Yeah, I didn't last there.

So it took the illustration of Will's incomprehension of his own privilege (that the difference in his life if he had been black would have been that any one of those accomplishments would have been made in the face of dismissal; that you walk in with the knowledge that people will be judging you not as an individual but as a representative of everybody "like you;" that you are going to be made constantly aware that you do not fit the default--you are "a black writer," as I am "a woman writer," and Will gets to be "a writer.") to let me understand mine.

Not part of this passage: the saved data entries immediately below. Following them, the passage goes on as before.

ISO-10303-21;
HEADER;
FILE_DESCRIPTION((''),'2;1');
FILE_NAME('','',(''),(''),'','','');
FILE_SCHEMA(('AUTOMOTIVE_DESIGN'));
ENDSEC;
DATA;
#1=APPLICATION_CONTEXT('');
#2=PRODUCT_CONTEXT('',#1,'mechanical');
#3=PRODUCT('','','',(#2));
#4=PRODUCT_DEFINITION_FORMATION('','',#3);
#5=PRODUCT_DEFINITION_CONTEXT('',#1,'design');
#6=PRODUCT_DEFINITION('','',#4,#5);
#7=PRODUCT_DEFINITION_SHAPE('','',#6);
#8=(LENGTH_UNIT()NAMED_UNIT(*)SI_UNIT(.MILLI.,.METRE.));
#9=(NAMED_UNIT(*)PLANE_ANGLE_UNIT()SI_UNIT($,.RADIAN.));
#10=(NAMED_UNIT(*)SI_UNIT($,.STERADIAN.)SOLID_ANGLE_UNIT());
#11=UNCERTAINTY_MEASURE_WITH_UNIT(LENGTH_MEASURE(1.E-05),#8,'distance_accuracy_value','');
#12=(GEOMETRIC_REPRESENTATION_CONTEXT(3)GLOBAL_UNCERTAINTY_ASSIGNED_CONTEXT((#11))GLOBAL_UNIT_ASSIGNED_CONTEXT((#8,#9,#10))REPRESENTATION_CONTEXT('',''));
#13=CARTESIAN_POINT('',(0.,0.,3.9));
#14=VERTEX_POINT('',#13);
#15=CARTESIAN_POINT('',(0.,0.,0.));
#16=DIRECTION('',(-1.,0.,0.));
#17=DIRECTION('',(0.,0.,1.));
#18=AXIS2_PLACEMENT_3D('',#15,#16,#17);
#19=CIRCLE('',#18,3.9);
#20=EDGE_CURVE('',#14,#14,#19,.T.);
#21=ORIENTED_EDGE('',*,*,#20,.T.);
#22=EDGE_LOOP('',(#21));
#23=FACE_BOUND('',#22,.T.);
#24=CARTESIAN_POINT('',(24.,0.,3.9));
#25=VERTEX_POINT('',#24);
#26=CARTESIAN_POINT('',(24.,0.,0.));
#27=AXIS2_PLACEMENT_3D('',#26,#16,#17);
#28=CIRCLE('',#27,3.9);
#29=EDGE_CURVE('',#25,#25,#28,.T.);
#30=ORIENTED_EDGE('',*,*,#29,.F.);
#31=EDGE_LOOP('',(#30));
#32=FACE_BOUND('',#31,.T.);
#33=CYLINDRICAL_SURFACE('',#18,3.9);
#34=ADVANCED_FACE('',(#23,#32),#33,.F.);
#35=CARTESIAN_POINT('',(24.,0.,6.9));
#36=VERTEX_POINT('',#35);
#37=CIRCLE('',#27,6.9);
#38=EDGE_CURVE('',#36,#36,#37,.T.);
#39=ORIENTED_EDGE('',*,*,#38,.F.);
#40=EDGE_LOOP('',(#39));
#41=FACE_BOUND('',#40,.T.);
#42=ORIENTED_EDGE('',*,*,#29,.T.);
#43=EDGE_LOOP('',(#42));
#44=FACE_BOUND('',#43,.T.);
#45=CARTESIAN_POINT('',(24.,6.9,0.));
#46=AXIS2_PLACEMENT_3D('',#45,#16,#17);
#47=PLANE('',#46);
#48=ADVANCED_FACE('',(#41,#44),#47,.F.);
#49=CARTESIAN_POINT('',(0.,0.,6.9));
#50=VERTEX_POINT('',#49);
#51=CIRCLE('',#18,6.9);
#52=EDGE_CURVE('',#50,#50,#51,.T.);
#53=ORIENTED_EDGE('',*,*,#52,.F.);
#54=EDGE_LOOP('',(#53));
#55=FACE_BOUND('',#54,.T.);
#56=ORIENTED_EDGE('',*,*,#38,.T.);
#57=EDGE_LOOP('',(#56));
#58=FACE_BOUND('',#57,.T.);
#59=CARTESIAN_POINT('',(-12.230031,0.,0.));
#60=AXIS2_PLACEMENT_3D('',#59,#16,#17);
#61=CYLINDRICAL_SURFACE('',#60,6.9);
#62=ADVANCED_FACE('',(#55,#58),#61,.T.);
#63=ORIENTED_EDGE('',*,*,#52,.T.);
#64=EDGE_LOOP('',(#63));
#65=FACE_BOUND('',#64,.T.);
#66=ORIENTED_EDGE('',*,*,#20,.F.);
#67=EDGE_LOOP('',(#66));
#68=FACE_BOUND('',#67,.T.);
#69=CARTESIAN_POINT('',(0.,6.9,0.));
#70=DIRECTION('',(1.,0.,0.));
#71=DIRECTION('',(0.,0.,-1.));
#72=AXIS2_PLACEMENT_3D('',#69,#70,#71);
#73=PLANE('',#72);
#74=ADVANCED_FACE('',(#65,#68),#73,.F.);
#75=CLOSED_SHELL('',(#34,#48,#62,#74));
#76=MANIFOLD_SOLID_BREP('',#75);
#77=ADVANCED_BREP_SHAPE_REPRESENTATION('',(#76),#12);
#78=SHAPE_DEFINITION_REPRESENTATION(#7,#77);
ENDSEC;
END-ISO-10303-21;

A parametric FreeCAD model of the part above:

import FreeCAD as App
import Part
import Sketcher
Q = App.Units.Quantity

doc = App.newDocument("Part")
body = doc.addObject("PartDesign::Body", "Body")

# Sketch on XY plane
sketch1 = body.newObject("Sketcher::SketchObject", "Sketch")
sketch1.AttachmentSupport = (doc.getObject("XY_Plane"), [""])
sketch1.MapMode = "FlatFace"
sketch1.addGeometry(Part.LineSegment(App.Vector(0, 7, 0), App.Vector(0, 0, 0)), False)
sketch1.addGeometry(Part.LineSegment(App.Vector(0, 0, 0), App.Vector(24, 0, 0)), False)
sketch1.addGeometry(Part.LineSegment(App.Vector(24, 0, 0), App.Vector(24, 7, 0)), False)
sketch1.addGeometry(Part.LineSegment(App.Vector(24, 7, 0), App.Vector(0, 7, 0)), False)
sketch1.addConstraint(Sketcher.Constraint("Coincident", 0, 2, 1, 1))
sketch1.addConstraint(Sketcher.Constraint("Coincident", 1, 2, 2, 1))
sketch1.addConstraint(Sketcher.Constraint("Coincident", 2, 2, 3, 1))
sketch1.addConstraint(Sketcher.Constraint("Coincident", 3, 2, 0, 1))
sketch1.addConstraint(Sketcher.Constraint("Vertical", 0))
sketch1.addConstraint(Sketcher.Constraint("Horizontal", 1))
sketch1.addConstraint(Sketcher.Constraint("Vertical", 2))
sketch1.addConstraint(Sketcher.Constraint("Horizontal", 3))
sketch1.addConstraint(Sketcher.Constraint("Coincident", 0, 2, -1, 1))
sketch1.addConstraint(Sketcher.Constraint("DistanceX", 1, 1, 1, 2, Q("24 mm")))
sketch1.addConstraint(Sketcher.Constraint("DistanceY", 0, 2, 0, 1, Q("6.9 mm")))
revolution = body.newObject("PartDesign::Revolution", "Revolution")
revolution.Profile = sketch1
revolution.ReferenceAxis = (sketch1, ["H_Axis"])
revolution.Angle = 360

# Sketch on YZ plane
sketch2 = body.newObject("Sketcher::SketchObject", "Sketch001")
sketch2.AttachmentSupport = (doc.getObject("YZ_Plane"), [""])
sketch2.MapMode = "FlatFace"
sketch2.addGeometry(Part.Circle(App.Vector(0, 0, 0), App.Vector(0, 0, 1), 3.9), False)
sketch2.addConstraint(Sketcher.Constraint("Coincident", 0, 3, -1, 1))
sketch2.addConstraint(Sketcher.Constraint("Diameter", 0, Q("7.8 mm")))
doc.recompute()
hole = body.newObject("PartDesign::Hole", "Hole")
hole.Profile = sketch2
hole.ThreadType = "None"
hole.Diameter = 7.8
hole.DepthType = "ThroughAll"
hole.Reversed = True

doc.recompute()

And it also made me understand why so many of the well-meaning bearers of privilege (be it white, male, or whatever)--the ones who don't stand on their entitlement--become so very defensive when confronted on it. Some of it is, I think, not wanting to be the bad guy. But that's easy; it comes as a surprise to nobody. Nobody wants to be the bad guy. And it's not about being afraid that the darkies and the bitches are coming to pull us out of our comfy place in The Patriarchy, either, because I think that most reasonable people would agree with Toni Morrison's statement, "If you can only be tall because somebody else is on their knees, you have a serious problem."

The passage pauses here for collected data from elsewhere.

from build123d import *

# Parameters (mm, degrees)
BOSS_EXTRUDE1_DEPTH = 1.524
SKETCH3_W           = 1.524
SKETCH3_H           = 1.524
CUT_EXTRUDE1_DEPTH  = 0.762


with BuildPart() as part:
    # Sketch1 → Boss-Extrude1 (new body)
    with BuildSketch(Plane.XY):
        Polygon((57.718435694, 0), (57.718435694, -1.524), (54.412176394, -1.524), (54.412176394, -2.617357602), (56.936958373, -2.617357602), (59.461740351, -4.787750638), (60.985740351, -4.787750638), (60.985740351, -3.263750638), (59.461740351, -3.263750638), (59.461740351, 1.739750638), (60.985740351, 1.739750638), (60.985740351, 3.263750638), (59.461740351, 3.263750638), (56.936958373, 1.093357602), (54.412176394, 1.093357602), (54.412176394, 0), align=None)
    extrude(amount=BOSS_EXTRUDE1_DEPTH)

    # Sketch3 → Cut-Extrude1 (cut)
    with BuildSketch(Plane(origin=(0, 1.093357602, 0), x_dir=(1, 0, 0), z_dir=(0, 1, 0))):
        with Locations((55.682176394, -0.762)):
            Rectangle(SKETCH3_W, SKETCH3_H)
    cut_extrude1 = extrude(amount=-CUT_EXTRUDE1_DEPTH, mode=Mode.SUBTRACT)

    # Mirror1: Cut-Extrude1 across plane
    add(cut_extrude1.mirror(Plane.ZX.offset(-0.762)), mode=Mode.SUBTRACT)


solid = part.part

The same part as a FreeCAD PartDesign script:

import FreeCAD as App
import Part
import Sketcher
Q = App.Units.Quantity


def add_polygon(sketch, points):
    """Adds a closed chain of lines whose ends are joined by coincident constraints."""
    first, n = sketch.GeometryCount, len(points)
    for a, b in zip(points, points[1:] + points[:1]):
        sketch.addGeometry(Part.LineSegment(App.Vector(*a, 0), App.Vector(*b, 0)), False)
    for i in range(n):
        sketch.addConstraint(Sketcher.Constraint("Coincident", first + i, 2, first + (i + 1) % n, 1))

doc = App.newDocument("Part")
body = doc.addObject("PartDesign::Body", "Body")

# Sketch on XY plane
sketch1 = body.newObject("Sketcher::SketchObject", "Sketch")
sketch1.AttachmentSupport = (doc.getObject("XY_Plane"), [""])
sketch1.MapMode = "FlatFace"
add_polygon(sketch1, [(57.7, 0), (57.7, -1.5), (54.4, -1.5), (54.4, -2.6), (56.9, -2.6), (59.5, -4.8), (61, -4.8), (61, -3.3), (59.5, -3.3), (59.5, 1.7), (61, 1.7), (61, 3.3), (59.5, 3.3), (56.9, 1.1), (54.4, 1.1), (54.4, 0)])  # lines 0-15
sketch1.addConstraint(Sketcher.Constraint("Vertical", 0))
sketch1.addConstraint(Sketcher.Constraint("Horizontal", 1))
sketch1.addConstraint(Sketcher.Constraint("Vertical", 2))
sketch1.addConstraint(Sketcher.Constraint("Horizontal", 3))
sketch1.addConstraint(Sketcher.Constraint("Horizontal", 5))
sketch1.addConstraint(Sketcher.Constraint("Vertical", 6))
sketch1.addConstraint(Sketcher.Constraint("Horizontal", 7))
sketch1.addConstraint(Sketcher.Constraint("Vertical", 8))
sketch1.addConstraint(Sketcher.Constraint("Horizontal", 9))
sketch1.addConstraint(Sketcher.Constraint("Vertical", 10))
sketch1.addConstraint(Sketcher.Constraint("Horizontal", 11))
sketch1.addConstraint(Sketcher.Constraint("Horizontal", 13))
sketch1.addConstraint(Sketcher.Constraint("Vertical", 14))
sketch1.addConstraint(Sketcher.Constraint("Horizontal", 15))
sketch1.addConstraint(Sketcher.Constraint("Symmetric", 6, 2, 10, 2, -1))
sketch1.addConstraint(Sketcher.Constraint("PointOnObject", 14, 2, -1))
sketch1.addConstraint(Sketcher.Constraint("Vertical", 4, 2, 7, 2))
sketch1.addConstraint(Sketcher.Constraint("Vertical", 8, 2, 11, 2))
sketch1.addConstraint(Sketcher.Constraint("Vertical", 3, 2, 12, 2))
sketch1.addConstraint(Sketcher.Constraint("Vertical", 2, 2, 13, 2))
sketch1.addConstraint(Sketcher.Constraint("Equal", 11, 0))
sketch1.addConstraint(Sketcher.Constraint("Equal", 0, 6))
sketch1.addConstraint(Sketcher.Constraint("Equal", 6, 10))
sketch1.addConstraint(Sketcher.Constraint("Equal", 2, 14))
sketch1.addConstraint(Sketcher.Constraint("DistanceX", 5, 1, 5, 2, Q("0.06 in")))
sketch1.addConstraint(Sketcher.Constraint("DistanceY", 8, 1, 8, 2, Q("5.003501 mm")))
sketch1.addConstraint(Sketcher.Constraint("DistanceX", 1, 2, 1, 1, Q("3.306259 mm")))
sketch1.addConstraint(Sketcher.Constraint("DistanceX", 3, 1, 3, 2, Q("2.524782 mm")))
sketch1.addConstraint(Sketcher.Constraint("DistanceY", 2, 2, 2, 1, Q("1.093358 mm")))
sketch1.addConstraint(Sketcher.Constraint("DistanceX", -1, 1, 3, 2, Q("56.936958 mm")))
sketch1.addConstraint(Sketcher.Constraint("DistanceX", -1, 1, 4, 2, Q("59.46174 mm")))
pad1 = body.newObject("PartDesign::Pad", "Pad")
pad1.Profile = sketch1
pad1.Length = Q("0.06 in")

# Sketch on XZ plane
sketch2 = body.newObject("Sketcher::SketchObject", "Sketch001")
sketch2.AttachmentSupport = (doc.getObject("XZ_Plane"), [""])
sketch2.MapMode = "FlatFace"
sketch2.AttachmentOffset = App.Placement(App.Vector(0, 0, -1.093358), App.Rotation())
add_polygon(sketch2, [(54.9, 0), (54.9, 1.5), (56.4, 1.5), (56.4, 0)])  # lines 0-3
sketch2.addConstraint(Sketcher.Constraint("Vertical", 0))
sketch2.addConstraint(Sketcher.Constraint("Horizontal", 1))
sketch2.addConstraint(Sketcher.Constraint("Vertical", 2))
sketch2.addConstraint(Sketcher.Constraint("Horizontal", 3))
sketch2.addConstraint(Sketcher.Constraint("PointOnObject", 2, 2, -1))
sketch2.addConstraint(Sketcher.Constraint("Equal", 3, 0))
sketch2.addConstraint(Sketcher.Constraint("DistanceX", 1, 1, 1, 2, Q("0.06 in")))
sketch2.addConstraint(Sketcher.Constraint("DistanceX", -1, 1, 0, 2, Q("54.920176 mm")))
pocket1 = body.newObject("PartDesign::Pocket", "Pocket")
pocket1.Profile = sketch2
pocket1.Length = Q("0.03 in")
pocket1.Reversed = True
doc.recompute()

datumplane = body.newObject("PartDesign::Plane", "DatumPlane")
datumplane.AttachmentSupport = (doc.getObject("XZ_Plane"), [""])
datumplane.MapMode = "FlatFace"
datumplane.AttachmentOffset = App.Placement(App.Vector(0, 0, 0.03 * 25.4), App.Rotation())
mirrored = body.newObject("PartDesign::Mirrored", "Mirrored")
mirrored.Originals = [pocket1]
mirrored.MirrorPlane = (datumplane, [""])
body.Tip = mirrored

doc.recompute()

But there's more to it than that.

It's because even if you don't want it, you can't put it down. Because it's not something you ask for; it's something that is laid upon you. And if you've never been dismissed simply for who you are, what you look like, what your chromosome arrangement happens to be, it's almost impossible to imagine what that kind of powerlessness feels like.

And it's terrifying. Because one of the benefits of that privilege is not having to know that you are powerless in so many daily situations; not having to pretend you're not angry; not having to bite your lip about the unfairness; not having to find ways to express things politely when they are so unfair and make you so angry you could spit.

So here I am, all full of white privilege I'm not really sure I want, and I have no idea what the hell I ought to do with this stuff.

I suspect, like Freon, it can't be legally disposed of.